URLs may live forever as long as the domain remains hosted, but that doesn’t mean that the information contained on them is always up to par. Numerous parts of your landing pages can change over time: Information becomes obsolete, new statistics are published, and links and images can become broken. If you direct a user to a landing page that displays any of these, you are putting up a serious red flag of unprofessionalism.

If you’re utilizing a landing page for a long-term marketing campaign, then checking in on the coding and the content at regular intervals is crucial to maintaining its effectiveness. Test links, make sure images load and are formatted properly, and verify the accuracy of any claims you have made. It’s the only way to ensure that every lead is presented with the optimal experience when they click on your ad.

Landing pages created for shorter-term campaigns also need to be monitored carefully. Once it has ended, you need to diligently remove any links to the customized landing page from AdWords as well as your internal site navigation. Few things will mar the customer journey more quickly than clicking on a broken link or being redirected to a landing page containing an offer that is no longer valid.

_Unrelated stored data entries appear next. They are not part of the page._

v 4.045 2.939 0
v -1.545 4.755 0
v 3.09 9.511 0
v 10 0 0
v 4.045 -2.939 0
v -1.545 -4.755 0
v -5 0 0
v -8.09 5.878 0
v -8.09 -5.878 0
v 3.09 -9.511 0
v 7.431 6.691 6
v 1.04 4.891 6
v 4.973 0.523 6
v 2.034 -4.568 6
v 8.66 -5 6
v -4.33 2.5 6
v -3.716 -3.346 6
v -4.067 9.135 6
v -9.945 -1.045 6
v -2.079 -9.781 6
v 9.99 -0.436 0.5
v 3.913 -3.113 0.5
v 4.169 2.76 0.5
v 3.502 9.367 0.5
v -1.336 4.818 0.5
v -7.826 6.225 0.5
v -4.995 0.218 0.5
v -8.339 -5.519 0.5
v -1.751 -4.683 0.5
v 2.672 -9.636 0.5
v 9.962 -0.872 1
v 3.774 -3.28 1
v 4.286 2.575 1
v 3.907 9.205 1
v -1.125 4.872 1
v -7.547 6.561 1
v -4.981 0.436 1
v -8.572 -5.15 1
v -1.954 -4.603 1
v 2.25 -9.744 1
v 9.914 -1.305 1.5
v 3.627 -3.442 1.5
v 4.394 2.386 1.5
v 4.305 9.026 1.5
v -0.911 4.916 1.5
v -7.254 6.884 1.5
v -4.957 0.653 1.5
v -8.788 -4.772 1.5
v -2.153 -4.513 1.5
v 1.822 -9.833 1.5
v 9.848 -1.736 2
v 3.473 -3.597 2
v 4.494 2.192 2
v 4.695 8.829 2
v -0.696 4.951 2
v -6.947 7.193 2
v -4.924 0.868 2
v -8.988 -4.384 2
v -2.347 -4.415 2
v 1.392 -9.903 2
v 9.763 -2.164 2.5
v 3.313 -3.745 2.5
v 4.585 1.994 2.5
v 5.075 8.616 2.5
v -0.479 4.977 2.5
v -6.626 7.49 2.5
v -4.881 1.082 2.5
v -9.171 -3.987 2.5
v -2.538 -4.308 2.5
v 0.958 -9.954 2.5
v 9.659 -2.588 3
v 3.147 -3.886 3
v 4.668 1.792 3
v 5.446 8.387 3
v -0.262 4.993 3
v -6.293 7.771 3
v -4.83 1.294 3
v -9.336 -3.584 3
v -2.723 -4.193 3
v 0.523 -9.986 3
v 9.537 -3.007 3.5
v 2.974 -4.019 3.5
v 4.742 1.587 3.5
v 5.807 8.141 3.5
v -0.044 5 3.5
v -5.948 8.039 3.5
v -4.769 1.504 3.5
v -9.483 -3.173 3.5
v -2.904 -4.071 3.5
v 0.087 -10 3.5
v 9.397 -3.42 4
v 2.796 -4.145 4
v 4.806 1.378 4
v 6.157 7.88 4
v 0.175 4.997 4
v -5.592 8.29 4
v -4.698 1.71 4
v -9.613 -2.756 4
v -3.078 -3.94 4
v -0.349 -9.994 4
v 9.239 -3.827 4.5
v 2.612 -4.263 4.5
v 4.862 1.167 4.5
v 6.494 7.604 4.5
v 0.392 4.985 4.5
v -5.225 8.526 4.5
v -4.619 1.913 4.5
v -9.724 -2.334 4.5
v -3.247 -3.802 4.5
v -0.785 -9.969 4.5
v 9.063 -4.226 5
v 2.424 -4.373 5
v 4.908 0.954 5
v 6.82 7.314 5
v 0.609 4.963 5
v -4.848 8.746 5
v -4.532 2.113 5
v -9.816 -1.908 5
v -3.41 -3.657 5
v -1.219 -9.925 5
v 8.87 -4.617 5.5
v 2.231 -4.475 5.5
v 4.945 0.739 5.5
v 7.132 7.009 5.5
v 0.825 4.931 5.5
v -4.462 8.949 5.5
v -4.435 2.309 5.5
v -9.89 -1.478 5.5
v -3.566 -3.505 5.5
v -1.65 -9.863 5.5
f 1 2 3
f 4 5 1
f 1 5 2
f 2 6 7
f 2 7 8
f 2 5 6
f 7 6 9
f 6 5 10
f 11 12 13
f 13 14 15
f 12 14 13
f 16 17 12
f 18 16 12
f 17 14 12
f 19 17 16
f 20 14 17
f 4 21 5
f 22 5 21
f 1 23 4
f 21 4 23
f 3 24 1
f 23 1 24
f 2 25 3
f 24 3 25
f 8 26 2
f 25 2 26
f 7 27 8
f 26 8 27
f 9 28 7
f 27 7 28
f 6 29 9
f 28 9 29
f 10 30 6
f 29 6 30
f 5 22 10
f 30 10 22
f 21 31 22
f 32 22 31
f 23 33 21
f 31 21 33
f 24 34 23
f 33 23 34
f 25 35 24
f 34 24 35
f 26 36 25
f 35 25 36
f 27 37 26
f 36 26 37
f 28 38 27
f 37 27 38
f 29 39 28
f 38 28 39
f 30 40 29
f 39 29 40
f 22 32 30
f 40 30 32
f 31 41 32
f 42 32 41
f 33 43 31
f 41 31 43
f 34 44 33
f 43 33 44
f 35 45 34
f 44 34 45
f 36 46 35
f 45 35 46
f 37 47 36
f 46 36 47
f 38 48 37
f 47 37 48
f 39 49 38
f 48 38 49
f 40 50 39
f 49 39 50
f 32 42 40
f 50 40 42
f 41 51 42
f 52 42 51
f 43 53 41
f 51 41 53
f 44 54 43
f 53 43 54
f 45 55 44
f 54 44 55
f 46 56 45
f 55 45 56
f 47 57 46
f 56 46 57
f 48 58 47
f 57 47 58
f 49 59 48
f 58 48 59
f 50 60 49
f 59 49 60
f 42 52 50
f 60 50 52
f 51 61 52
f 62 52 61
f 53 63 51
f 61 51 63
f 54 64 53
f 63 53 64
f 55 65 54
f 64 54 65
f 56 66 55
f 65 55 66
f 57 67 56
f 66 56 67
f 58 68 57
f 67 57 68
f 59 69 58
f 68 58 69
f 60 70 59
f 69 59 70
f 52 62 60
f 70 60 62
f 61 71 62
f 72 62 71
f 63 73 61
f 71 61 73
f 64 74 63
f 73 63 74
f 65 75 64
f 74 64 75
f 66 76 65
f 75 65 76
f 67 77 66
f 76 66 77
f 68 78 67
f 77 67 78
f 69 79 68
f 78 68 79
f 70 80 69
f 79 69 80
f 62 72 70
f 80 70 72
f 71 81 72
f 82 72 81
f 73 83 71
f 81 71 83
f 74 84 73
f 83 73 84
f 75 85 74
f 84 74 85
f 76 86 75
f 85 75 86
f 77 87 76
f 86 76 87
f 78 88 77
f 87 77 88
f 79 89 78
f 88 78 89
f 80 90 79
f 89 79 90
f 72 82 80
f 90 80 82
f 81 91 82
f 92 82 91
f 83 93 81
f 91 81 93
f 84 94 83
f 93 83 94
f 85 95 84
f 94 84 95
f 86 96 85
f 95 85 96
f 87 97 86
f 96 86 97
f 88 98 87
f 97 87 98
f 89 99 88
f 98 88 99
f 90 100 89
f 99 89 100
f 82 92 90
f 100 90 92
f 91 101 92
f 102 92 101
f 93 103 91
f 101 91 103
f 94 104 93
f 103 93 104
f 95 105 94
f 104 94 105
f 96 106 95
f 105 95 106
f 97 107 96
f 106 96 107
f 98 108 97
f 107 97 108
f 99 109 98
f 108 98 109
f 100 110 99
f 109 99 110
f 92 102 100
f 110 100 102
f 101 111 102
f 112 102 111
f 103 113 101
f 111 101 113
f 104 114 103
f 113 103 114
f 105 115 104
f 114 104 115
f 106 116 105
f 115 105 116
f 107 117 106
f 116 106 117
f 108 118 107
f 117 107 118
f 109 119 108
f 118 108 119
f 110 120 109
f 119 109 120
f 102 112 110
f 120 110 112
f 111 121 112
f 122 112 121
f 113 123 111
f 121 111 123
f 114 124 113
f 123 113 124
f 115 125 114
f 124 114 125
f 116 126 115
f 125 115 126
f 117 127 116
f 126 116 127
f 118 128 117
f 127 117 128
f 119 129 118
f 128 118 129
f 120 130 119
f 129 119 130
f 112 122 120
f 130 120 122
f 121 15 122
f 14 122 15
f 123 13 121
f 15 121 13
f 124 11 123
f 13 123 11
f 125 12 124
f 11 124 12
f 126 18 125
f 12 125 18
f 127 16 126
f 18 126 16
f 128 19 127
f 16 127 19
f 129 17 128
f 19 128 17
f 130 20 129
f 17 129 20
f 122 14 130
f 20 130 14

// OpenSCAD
// Exercises the extrude family plus hull/minkowski, the parts of the language
// an agent is most likely to get subtly wrong.
module star(n = 5, r = 10) {
    polygon(concat(
        [for (i = [0 : 2 * n - 1])
            let (a = i * 180 / n, rr = (i % 2 == 0) ? r : r / 2)
            [rr * cos(a), rr * sin(a)]]
    ));
}

linear_extrude(height = 6, twist = 30, slices = 12) star();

Don’t Forget About the Mobile Users

Almost every company now uses a site platform that features responsive web design, so there’s not much more to say about mobile, right? Not so fast. Employing responsive web design is an excellent start, but there is more to the mobile experience than simply formatting your landing pages to be readable on a mobile screen.

To understand why it’s so important to tailor the landing page for mobile users, just consider that mobile devices now account for approximately 53% of all paid-search clicks. These users now likely represent the majority of traffic on your PPC landing pages, no matter what industry you are in, and they deserve the same curated journey on your site that desktop users do.

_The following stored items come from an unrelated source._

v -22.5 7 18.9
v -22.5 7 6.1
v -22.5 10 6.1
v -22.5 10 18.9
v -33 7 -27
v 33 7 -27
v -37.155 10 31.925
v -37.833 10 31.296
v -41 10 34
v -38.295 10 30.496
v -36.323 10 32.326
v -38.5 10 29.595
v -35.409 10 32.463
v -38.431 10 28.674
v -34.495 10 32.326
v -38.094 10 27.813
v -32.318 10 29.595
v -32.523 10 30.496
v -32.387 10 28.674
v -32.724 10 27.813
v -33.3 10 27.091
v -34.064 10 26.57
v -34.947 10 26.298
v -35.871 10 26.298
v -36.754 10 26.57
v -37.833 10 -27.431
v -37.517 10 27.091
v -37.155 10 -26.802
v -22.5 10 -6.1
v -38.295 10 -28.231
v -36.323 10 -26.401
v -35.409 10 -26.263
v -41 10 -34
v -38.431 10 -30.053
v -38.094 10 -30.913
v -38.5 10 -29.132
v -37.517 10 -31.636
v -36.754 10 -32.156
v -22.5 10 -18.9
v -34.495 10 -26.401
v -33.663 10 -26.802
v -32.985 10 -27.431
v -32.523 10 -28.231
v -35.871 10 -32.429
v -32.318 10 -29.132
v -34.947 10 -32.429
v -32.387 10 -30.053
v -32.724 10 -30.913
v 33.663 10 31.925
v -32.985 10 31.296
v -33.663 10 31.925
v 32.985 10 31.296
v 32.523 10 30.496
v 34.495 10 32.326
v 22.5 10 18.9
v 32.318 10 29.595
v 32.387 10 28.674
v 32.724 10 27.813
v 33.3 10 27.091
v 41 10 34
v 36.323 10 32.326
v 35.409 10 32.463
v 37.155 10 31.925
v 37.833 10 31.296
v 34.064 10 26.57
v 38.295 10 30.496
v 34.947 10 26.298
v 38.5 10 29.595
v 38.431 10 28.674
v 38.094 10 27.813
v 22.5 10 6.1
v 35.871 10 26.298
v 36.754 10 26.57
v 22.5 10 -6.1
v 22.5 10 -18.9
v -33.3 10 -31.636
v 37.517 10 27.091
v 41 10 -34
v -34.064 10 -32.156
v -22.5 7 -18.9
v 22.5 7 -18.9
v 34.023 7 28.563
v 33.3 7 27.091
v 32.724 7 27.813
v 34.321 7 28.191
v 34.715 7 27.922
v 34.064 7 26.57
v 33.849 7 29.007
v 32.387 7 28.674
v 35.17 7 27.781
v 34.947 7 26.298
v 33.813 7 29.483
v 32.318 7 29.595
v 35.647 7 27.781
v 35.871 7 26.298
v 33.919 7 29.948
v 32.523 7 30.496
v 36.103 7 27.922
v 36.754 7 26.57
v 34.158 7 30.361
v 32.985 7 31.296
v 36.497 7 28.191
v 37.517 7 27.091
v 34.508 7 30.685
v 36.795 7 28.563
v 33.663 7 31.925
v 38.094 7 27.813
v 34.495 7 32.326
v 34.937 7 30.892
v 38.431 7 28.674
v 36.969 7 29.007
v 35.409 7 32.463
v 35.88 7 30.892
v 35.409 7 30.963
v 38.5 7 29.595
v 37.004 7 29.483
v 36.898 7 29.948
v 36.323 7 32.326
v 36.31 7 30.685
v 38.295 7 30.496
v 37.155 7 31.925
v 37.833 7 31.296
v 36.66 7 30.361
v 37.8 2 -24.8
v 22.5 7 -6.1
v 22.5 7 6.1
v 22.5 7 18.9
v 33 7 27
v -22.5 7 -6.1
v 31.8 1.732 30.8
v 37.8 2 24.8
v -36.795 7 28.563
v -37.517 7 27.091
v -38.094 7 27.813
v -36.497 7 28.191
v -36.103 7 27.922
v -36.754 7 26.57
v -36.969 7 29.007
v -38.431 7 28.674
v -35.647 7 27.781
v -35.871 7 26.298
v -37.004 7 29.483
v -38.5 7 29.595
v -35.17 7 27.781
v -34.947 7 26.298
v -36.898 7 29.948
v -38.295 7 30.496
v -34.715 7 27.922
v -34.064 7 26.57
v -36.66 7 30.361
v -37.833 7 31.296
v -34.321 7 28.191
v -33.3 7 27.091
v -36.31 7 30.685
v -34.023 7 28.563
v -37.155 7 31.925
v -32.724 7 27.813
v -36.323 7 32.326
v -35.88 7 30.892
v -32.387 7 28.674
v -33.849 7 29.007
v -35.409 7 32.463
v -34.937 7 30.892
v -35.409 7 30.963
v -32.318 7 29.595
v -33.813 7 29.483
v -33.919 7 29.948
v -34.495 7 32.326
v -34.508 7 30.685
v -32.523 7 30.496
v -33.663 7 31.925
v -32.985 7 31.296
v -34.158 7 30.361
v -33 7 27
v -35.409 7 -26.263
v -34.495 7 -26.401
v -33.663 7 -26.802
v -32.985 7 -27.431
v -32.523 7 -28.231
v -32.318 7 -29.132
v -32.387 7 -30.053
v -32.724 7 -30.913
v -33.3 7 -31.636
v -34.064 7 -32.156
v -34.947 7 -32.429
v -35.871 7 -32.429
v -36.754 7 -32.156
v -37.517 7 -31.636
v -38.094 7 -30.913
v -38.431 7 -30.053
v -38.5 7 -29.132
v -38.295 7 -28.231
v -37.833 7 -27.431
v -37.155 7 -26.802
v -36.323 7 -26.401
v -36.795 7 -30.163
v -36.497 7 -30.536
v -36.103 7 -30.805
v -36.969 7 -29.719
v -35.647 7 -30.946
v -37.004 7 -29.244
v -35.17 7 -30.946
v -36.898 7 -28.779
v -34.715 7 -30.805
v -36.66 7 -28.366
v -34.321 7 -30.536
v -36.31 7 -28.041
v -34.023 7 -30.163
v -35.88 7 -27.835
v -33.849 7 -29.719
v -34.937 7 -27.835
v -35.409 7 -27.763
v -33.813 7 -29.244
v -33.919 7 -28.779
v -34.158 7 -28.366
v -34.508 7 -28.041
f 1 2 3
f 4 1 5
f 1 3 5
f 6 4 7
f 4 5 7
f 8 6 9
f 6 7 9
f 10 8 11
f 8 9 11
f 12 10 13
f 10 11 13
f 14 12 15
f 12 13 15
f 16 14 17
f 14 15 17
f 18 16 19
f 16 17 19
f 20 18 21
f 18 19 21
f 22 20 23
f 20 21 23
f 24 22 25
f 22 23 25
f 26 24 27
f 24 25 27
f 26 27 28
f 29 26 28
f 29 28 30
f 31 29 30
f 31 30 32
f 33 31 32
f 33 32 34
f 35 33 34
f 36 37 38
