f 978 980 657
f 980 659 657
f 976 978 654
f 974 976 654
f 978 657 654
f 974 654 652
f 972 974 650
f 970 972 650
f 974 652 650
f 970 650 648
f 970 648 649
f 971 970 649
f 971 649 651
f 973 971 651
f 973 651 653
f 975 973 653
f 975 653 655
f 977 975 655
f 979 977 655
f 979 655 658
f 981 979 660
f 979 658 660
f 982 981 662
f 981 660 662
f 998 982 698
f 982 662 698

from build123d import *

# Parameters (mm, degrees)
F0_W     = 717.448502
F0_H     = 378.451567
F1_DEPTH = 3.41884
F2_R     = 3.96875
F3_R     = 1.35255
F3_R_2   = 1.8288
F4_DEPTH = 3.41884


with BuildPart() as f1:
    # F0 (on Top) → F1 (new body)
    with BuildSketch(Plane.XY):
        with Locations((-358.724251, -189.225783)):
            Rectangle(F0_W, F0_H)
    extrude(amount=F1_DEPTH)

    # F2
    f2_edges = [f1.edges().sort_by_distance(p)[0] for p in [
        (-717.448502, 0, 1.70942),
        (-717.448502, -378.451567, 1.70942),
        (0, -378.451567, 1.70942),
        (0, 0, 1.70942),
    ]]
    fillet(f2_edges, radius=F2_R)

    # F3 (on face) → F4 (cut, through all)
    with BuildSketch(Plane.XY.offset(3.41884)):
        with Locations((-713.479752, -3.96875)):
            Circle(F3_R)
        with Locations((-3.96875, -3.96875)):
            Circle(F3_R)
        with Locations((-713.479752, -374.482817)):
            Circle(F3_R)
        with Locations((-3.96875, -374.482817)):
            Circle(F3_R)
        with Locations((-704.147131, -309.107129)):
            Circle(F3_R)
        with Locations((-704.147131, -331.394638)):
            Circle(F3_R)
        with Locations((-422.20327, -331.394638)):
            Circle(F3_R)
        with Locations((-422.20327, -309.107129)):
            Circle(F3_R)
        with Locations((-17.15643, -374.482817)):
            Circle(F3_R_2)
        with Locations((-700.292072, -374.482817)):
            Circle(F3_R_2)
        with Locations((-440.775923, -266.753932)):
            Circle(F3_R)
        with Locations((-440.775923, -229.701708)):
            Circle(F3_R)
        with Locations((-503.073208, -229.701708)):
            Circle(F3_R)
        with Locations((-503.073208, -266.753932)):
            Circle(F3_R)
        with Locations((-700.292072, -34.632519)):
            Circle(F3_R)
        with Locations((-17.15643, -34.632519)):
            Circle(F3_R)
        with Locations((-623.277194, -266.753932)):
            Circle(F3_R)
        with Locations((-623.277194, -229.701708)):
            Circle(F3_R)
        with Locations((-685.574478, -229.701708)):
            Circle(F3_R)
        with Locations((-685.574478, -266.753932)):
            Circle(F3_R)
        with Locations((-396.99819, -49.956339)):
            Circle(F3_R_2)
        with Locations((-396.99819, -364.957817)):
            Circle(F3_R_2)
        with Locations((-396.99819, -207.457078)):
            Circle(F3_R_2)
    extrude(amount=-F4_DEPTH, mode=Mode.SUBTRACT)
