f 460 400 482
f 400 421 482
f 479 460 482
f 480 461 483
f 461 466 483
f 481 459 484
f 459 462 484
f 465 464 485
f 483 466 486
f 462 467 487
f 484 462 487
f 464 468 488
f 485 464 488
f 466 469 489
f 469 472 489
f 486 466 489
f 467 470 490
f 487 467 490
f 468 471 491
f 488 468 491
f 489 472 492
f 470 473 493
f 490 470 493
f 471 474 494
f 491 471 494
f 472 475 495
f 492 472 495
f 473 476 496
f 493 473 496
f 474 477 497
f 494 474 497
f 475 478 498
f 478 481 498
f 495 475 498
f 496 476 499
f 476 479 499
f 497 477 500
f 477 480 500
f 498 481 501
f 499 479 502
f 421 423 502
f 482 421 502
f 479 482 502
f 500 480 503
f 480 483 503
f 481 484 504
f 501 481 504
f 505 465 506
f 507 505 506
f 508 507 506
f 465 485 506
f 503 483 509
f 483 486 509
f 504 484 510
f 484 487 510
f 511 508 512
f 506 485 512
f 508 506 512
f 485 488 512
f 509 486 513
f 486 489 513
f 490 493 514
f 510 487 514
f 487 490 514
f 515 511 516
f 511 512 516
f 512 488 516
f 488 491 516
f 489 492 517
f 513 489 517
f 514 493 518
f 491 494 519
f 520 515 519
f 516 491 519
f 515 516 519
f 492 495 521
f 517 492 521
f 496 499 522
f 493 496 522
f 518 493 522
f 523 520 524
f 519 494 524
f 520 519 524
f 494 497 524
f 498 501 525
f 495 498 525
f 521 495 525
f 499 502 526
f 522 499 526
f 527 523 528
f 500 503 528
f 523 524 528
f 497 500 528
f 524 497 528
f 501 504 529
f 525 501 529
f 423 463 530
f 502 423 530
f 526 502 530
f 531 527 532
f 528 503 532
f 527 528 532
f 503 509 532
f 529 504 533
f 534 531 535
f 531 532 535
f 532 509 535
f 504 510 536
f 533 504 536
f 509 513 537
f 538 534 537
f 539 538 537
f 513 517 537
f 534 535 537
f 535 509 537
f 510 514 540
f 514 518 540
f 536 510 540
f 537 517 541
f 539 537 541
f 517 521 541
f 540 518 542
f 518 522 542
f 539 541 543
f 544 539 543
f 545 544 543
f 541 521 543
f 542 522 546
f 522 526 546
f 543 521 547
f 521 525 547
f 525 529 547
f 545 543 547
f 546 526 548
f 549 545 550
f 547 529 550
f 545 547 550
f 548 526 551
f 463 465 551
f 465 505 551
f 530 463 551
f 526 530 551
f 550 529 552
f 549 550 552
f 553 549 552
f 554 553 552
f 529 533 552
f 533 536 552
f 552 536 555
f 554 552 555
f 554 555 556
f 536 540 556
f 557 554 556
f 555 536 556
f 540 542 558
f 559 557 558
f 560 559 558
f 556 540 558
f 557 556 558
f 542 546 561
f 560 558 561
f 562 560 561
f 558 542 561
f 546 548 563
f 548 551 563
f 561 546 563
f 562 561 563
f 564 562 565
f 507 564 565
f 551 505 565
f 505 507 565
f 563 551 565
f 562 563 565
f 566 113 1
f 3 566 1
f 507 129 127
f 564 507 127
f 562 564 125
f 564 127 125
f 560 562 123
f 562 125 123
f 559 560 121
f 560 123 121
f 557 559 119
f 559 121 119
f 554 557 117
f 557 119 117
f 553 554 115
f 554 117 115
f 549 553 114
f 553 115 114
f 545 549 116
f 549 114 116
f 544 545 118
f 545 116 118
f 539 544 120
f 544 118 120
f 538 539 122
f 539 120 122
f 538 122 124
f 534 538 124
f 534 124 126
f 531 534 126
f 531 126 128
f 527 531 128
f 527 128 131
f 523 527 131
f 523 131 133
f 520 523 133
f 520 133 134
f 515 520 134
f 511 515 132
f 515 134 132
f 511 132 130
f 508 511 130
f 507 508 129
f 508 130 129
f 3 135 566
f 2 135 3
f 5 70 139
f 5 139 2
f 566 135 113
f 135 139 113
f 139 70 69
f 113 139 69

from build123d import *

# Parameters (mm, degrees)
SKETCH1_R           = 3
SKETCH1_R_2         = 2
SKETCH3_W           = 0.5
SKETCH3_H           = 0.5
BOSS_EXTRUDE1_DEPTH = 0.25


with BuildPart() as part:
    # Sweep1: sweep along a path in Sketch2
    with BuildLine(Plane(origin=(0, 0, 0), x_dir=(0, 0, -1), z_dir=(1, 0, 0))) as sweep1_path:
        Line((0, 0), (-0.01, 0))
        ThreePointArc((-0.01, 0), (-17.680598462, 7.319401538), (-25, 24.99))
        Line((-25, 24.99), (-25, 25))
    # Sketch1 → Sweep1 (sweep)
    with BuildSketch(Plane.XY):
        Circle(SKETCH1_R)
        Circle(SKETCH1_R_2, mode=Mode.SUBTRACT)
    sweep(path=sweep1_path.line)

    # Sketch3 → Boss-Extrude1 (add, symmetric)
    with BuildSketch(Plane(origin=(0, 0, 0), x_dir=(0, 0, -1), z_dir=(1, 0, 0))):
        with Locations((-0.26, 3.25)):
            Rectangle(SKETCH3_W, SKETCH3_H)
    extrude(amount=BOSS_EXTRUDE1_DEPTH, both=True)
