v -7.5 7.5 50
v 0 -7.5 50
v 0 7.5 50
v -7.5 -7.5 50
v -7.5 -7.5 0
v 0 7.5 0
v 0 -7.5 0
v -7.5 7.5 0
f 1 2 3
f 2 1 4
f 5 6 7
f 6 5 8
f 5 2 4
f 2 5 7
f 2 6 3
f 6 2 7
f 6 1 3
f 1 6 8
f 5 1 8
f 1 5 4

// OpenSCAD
// file: Library/center.scad
module center(axis){
	translate((axis / -2.0)){
		children();
	}
}
// main file
use <Library/center.scad>

diameter = 15;
height = 50;

//Positive space of place behind the chimney.
//To difference with chimney later.
module CylinderDispenser_Dispenser_Flue_FlatBack(diameter, height){
	radius = diameter / 2.0;
	center([diameter, diameter, 0]){
		cube([radius, diameter, height]);
	}
}
CylinderDispenser_Dispenser_Flue_FlatBack(diameter, height);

The ubiquity of mobile screens has changed the way our brains respond to the browsing experience. People are now accustomed to content that unfolds vertically, and they expect high-quality images that pop on a mobile screen and fill up most of its space. They don’t want to have to pinch and zoom in order to access the value that was promised by the search ad. According to research from Adobe, companies with landing pages optimized for mobile triple their chances of increasing their mobile conversion rate to a minimum of 5%.

Check out this fantastic mobile landing page from Squarespace, a company you would expect to be on the leading edge of mobile optimization. Beautiful, well-formatted images, a relevant headline, and a clear CTA jump out at you as soon as your eye lands on the page, and they do a great job of layering buyer-specific value vertically.

Employ Multi-step Sign-up Forms

Conventional wisdom says shorter sign-up forms are better at converting, because you want to get them in and get them out as quickly as possible. It makes sense when you think about it abstractly, because short forms are easy to fill out, and you want to make signing up as easy as possible. However, it doesn’t always play out that way in reality.

Multi-step forms have actually been found to convert more effectively than short forms, by up to 300%. There’s actually some very simple psychology at play that contributes to this dynamic. The first few questions each appear less daunting to answer one-by-one compared to filling out the entirety of a form in order to get what you need. By the time the respondent gets to the final questions, they will already be invested in the outcome, and you can move on to questions that have more substance behind them.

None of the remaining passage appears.